AI Detectors on Human Created Images

For human-created images, the detectors found an AI likelihood of 27.37% across the fifty stock images that were processed. Similarly, this is a higher likelihood than expected with human-created images.

AI Detectors Accuracy per Section

When looking at the different sections that were used to establish the types of images that were generated, it proved an interesting insight into the accuracy of certain types of images and how accurately they were detected as a subsidiary test. Each section had 10 images created by each AI-generator and ten human-created images which were then tested for AI likelihood.

These were the results:

Human

AI-Generated images of humans had the highest likelihood of being detected as AI with an 85.02% likelihood of AI, which suggests the processing of human detail information for detection is lower than other image faculties.

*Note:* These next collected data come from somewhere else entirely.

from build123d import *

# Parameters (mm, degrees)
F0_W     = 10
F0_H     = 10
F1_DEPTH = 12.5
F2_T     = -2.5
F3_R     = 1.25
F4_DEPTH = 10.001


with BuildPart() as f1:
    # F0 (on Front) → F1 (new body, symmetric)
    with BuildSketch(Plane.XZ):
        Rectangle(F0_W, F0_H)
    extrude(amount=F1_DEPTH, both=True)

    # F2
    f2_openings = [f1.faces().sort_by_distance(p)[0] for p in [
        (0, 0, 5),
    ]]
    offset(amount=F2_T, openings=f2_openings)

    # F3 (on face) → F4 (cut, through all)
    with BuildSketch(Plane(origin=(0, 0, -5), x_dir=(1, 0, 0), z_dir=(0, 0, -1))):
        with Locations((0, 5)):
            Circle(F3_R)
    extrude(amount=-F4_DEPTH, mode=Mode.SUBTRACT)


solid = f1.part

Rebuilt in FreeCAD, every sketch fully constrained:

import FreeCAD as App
import Part
import Sketcher

V = App.Vector
Q = App.Units.Quantity


def faces_at(feature, points):
    """Names of the faces that lie closest to the given points."""
    faces = feature.Shape.Faces
    near = lambda p: min(range(len(faces)), key=lambda i: faces[i].distToShape(Part.Vertex(*p))[0])
    return sorted({f"Face{near(p) + 1}" for p in points})

doc = App.newDocument("Part")
params = doc.addObject("Spreadsheet::Sheet", "Params")
for row, (alias, value) in enumerate([
    ("sketch1_width", "10 mm"),
    ("pad1_length", "25 mm"),
    ("thickness_wall", "2.5 mm"),
    ("sketch2_diameter", "2.5 mm"),
], start=1):
    params.set(f"A{row}", alias)
    params.set(f"B{row}", "=" + value)
    params.setAlias(f"B{row}", alias)

body = doc.addObject("PartDesign::Body", "Body")

# Sketch on XZ plane
sketch1 = body.newObject("Sketcher::SketchObject", "Sketch")
sketch1.AttachmentSupport = (doc.getObject("XZ_Plane"), [""])
sketch1.MapMode = "FlatFace"
sketch1.addGeometry([
    Part.LineSegment(V(-5, 5, 0), V(-5, -5, 0)),
    Part.LineSegment(V(-5, -5, 0), V(5, -5, 0)),
    Part.LineSegment(V(5, -5, 0), V(5, 5, 0)),
    Part.LineSegment(V(5, 5, 0), V(-5, 5, 0)),
], False)
sketch1.addConstraint([
    Sketcher.Constraint("Coincident", 0, 2, 1, 1),
    Sketcher.Constraint("Coincident", 1, 2, 2, 1),
    Sketcher.Constraint("Coincident", 2, 2, 3, 1),
    Sketcher.Constraint("Coincident", 3, 2, 0, 1),
    Sketcher.Constraint("Vertical", 0),
    Sketcher.Constraint("Horizontal", 1),
    Sketcher.Constraint("Vertical", 2),
    Sketcher.Constraint("Horizontal", 3),
    Sketcher.Constraint("Symmetric", 0, 2, 2, 2, -1, 1),
    Sketcher.Constraint("Equal", 3, 0),
    Sketcher.Constraint("DistanceX", 1, 1, 1, 2, Q("10 mm")),
])
sketch1.setExpression("Constraints[10]", "Params.sketch1_width")
pad1 = body.newObject("PartDesign::Pad", "Pad")
pad1.Profile = sketch1
pad1.setExpression("Length", "Params.pad1_length")
pad1.Midplane = True
doc.recompute()

thickness = body.newObject("PartDesign::Thickness", "Thickness")
thickness.Base = (pad1, faces_at(pad1, [(0, 0, 5)]))
thickness.setExpression("Value", "Params.thickness_wall")
thickness.Reversed = True
thickness.Join = "Arc"

# Sketch on XY plane
sketch2 = body.newObject("Sketcher::SketchObject", "Sketch001")
sketch2.AttachmentSupport = (doc.getObject("XY_Plane"), [""])
sketch2.MapMode = "FlatFace"
sketch2.AttachmentOffset = App.Placement(V(0, 0, -5), App.Rotation())
sketch2.addGeometry(Part.Circle(V(0, -5, 0), V(0, 0, 1), 1.25), False)
sketch2.addConstraint([
    Sketcher.Constraint("PointOnObject", 0, 3, -2),
    Sketcher.Constraint("Diameter", 0, Q("2.5 mm")),
    Sketcher.Constraint("DistanceY", 0, 3, -1, 1, Q("5 mm")),
])
sketch2.setExpression("Constraints[1]", "Params.sketch2_diameter")
pocket1 = body.newObject("PartDesign::Pocket", "Pocket")
pocket1.Profile = sketch2
pocket1.Type = "ThroughAll"
pocket1.Reversed = True

doc.recompute()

However, AI detectors had difficulty identifying human-created images as real. The AI detectors incorrectly found that real images of humans had an AI likelihood at 36.39%.

Animals

The section of Animals had the second highest AI likelihood with its AI-generated images with an AI likelihood of 80.63%, but the lowest AI likelihood with its human-created images at 21.84%.

Food

Real images of food had the third highest AI likelihood, revealing that AI detectors have trouble correctly identifying whether images are AI-generated or not. AI detectors found that human-created images had a 26.36% chance of being AI-generated. However, AI detectors were more successful correctly identifying AI-generated images of food. AI-generated images of food had an average of 80.34% AI likelihood.

Landscapes

The fourth most accurate category was landscapes. AI detectors found that AI-generated images of landscapes have a 74.59% likelihood of being AI generated. The study revealed that AI detectors have trouble identifying human-created images. AI detectors incorrectly found that human-created images have an average of 28.79% AI likelihood.

Art

Alternatively, the AI Detectors had the lowest accuracy with identifying AI-generated art. AI generators were told to recreate either famous artworks, like the Mona Lisa, or art from a certain artistic movement like neoclassicism. AI-generated images were only flagged with 73.62 percent likelihood of being AI-generated.

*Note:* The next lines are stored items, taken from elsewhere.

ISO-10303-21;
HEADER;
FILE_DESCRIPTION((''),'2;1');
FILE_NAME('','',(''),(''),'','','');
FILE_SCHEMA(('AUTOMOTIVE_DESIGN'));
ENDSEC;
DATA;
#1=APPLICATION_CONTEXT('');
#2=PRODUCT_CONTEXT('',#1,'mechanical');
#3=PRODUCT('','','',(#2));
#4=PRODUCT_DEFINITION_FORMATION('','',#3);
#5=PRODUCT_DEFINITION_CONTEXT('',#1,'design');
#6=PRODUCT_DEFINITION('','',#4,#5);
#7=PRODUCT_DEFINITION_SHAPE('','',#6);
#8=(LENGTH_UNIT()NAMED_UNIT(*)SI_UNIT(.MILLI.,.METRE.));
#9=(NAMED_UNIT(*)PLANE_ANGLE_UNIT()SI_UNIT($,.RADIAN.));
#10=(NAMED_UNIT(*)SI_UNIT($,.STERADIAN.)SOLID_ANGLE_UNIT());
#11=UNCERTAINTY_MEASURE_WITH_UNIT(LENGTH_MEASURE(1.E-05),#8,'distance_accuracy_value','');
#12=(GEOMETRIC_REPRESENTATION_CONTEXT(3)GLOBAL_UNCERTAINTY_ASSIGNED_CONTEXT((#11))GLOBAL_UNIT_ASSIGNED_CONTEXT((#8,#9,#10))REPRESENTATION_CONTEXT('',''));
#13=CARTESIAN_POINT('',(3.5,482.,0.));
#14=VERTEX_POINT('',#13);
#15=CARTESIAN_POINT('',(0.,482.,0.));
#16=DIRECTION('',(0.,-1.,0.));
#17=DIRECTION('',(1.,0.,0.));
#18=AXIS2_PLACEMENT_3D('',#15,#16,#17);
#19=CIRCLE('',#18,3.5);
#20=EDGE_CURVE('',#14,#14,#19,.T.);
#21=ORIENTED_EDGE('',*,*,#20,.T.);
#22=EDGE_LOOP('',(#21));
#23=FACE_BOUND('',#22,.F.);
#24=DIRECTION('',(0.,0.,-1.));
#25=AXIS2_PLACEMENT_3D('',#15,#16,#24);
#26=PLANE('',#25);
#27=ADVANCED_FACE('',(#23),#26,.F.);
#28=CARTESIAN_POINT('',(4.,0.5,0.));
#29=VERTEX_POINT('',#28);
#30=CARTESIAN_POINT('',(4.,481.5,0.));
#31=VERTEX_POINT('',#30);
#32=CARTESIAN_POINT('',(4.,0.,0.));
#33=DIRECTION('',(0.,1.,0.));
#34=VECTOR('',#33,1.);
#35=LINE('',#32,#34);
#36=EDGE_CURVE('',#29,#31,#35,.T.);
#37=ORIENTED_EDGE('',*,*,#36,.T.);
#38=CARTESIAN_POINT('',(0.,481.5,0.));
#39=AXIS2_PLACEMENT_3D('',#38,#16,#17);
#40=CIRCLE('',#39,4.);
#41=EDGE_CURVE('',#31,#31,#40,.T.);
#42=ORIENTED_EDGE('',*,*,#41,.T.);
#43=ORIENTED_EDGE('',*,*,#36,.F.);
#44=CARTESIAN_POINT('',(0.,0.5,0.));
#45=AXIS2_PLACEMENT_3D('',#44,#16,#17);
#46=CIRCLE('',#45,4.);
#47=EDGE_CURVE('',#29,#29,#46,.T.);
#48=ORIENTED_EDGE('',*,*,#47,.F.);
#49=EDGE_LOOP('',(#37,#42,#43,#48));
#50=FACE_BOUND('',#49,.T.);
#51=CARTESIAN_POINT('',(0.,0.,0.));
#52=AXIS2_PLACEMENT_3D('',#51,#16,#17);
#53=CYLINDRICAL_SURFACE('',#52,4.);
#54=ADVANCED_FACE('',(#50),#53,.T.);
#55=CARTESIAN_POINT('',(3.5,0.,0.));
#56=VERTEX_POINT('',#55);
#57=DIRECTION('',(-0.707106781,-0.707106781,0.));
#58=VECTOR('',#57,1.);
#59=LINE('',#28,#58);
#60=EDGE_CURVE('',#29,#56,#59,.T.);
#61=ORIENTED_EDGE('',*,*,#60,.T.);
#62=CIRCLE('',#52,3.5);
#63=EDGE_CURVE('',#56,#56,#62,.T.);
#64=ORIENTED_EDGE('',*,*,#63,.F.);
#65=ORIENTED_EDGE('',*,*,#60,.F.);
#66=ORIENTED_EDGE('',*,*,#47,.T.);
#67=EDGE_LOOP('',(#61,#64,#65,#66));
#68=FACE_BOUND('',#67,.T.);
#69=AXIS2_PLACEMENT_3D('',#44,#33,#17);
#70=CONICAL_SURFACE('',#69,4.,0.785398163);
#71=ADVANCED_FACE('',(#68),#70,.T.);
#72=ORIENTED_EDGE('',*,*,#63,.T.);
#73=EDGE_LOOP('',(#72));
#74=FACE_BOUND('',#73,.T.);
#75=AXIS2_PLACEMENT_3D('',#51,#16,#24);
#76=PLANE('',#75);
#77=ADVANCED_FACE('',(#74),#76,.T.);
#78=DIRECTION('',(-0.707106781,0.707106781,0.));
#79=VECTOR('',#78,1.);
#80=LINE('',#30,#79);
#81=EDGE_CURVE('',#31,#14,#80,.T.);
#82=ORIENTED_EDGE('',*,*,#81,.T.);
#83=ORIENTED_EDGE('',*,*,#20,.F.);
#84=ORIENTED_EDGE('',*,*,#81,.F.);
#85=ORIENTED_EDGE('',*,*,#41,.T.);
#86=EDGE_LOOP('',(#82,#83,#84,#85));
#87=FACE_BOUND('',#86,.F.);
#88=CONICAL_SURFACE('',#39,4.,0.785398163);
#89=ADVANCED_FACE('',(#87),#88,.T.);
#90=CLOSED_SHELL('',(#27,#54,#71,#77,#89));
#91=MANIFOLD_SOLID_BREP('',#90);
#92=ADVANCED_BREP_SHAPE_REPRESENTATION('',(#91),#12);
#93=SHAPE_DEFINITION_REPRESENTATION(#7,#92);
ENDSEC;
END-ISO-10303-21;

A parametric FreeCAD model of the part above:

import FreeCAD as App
import Part
import Sketcher


def edges_at(feature, points):
    """Names of the edges that pass closest to the given points."""
    edges = feature.Shape.Edges
    near = lambda p: min(range(len(edges)), key=lambda i: edges[i].distToShape(Part.Vertex(*p))[0])
    return sorted({f"Edge{near(p) + 1}" for p in points})

doc = App.newDocument("Part")
body = doc.addObject("PartDesign::Body", "Body")

sketch1 = body.newObject("Sketcher::SketchObject", "Sketch")
sketch1.AttachmentSupport = (doc.getObject("XZ_Plane"), [""])
sketch1.MapMode = "FlatFace"
sketch1.addGeometry(Part.Circle(App.Vector(0, 0, 0), App.Vector(0, 0, 1), 4), False)
sketch1.addConstraint(Sketcher.Constraint("Coincident", 0, 3, -1, 1))
sketch1.addConstraint(Sketcher.Constraint("Diameter", 0, 8.0))
pad1 = body.newObject("PartDesign::Pad", "Pad")
pad1.Profile = sketch1
pad1.Length = 482
pad1.Reversed = True
doc.recompute()

chamfer = body.newObject("PartDesign::Chamfer", "Chamfer")
chamfer.Base = (pad1, edges_at(pad1, [(-4, 0, 0), (-4, 482, 0)]))
chamfer.Size = 0.5

doc.recompute()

Which AI Generators Create the Most Detectable Images?

The four generators used in this study are Midjourney, Canva, OpenArt and DALL-E. These created images according to inputted prompts and generated images across the sections.

DALL-E was the most easily detected AI image generator with an average AI likelihood of 52.14% of its generated images. This is a tool developed by Open AI, which was first released in 2021, but it’s latest model, DALL-E 3 was used in this study.

Midjourney was the least likely to be detected with its images having an AI likelihood of 39.44% being detected as AI. Midjourney was created in 2022 and uses Discord bot commands to create its images. Canva’s AI-generative tools were released in 2022 as was OpenArt. Due to these three tools being released later, this could suggest that over time, the AI images will be more likely to be detected as this is the main difference between the generators.

Conclusion

To summarize, the most inaccurate detection was on human-created images of humans and the most accurate detection was on AI-generated images of human, which reveals how the detectors are likely to think any image of a human being could be AI-generated. The detectors were correct overall in their decision, but the accuracy level was lower. This shows that AI detection is still far from where it should be, to ensure safety in case of the spreading of deepfake images and using real people’s likeness in harmful ways.

The slight inaccuracy shows that detectors of AI are not completely dependable tools to ensure that AI images are distinguishable from non-AI images, therefore improvements to refine the accuracy are needed so that AI remains useful rather than hindered by the potential dangers they are associated with.

Methodology

For the methodology, we generated images across five sections with 10 images per theme – Art, Animals, Landscapes, Human (beings) and Food – using four different AI image generators, alongside a human-created image from Adobe Stock. These images were then tested across three detectors to test if accuracy of each detector.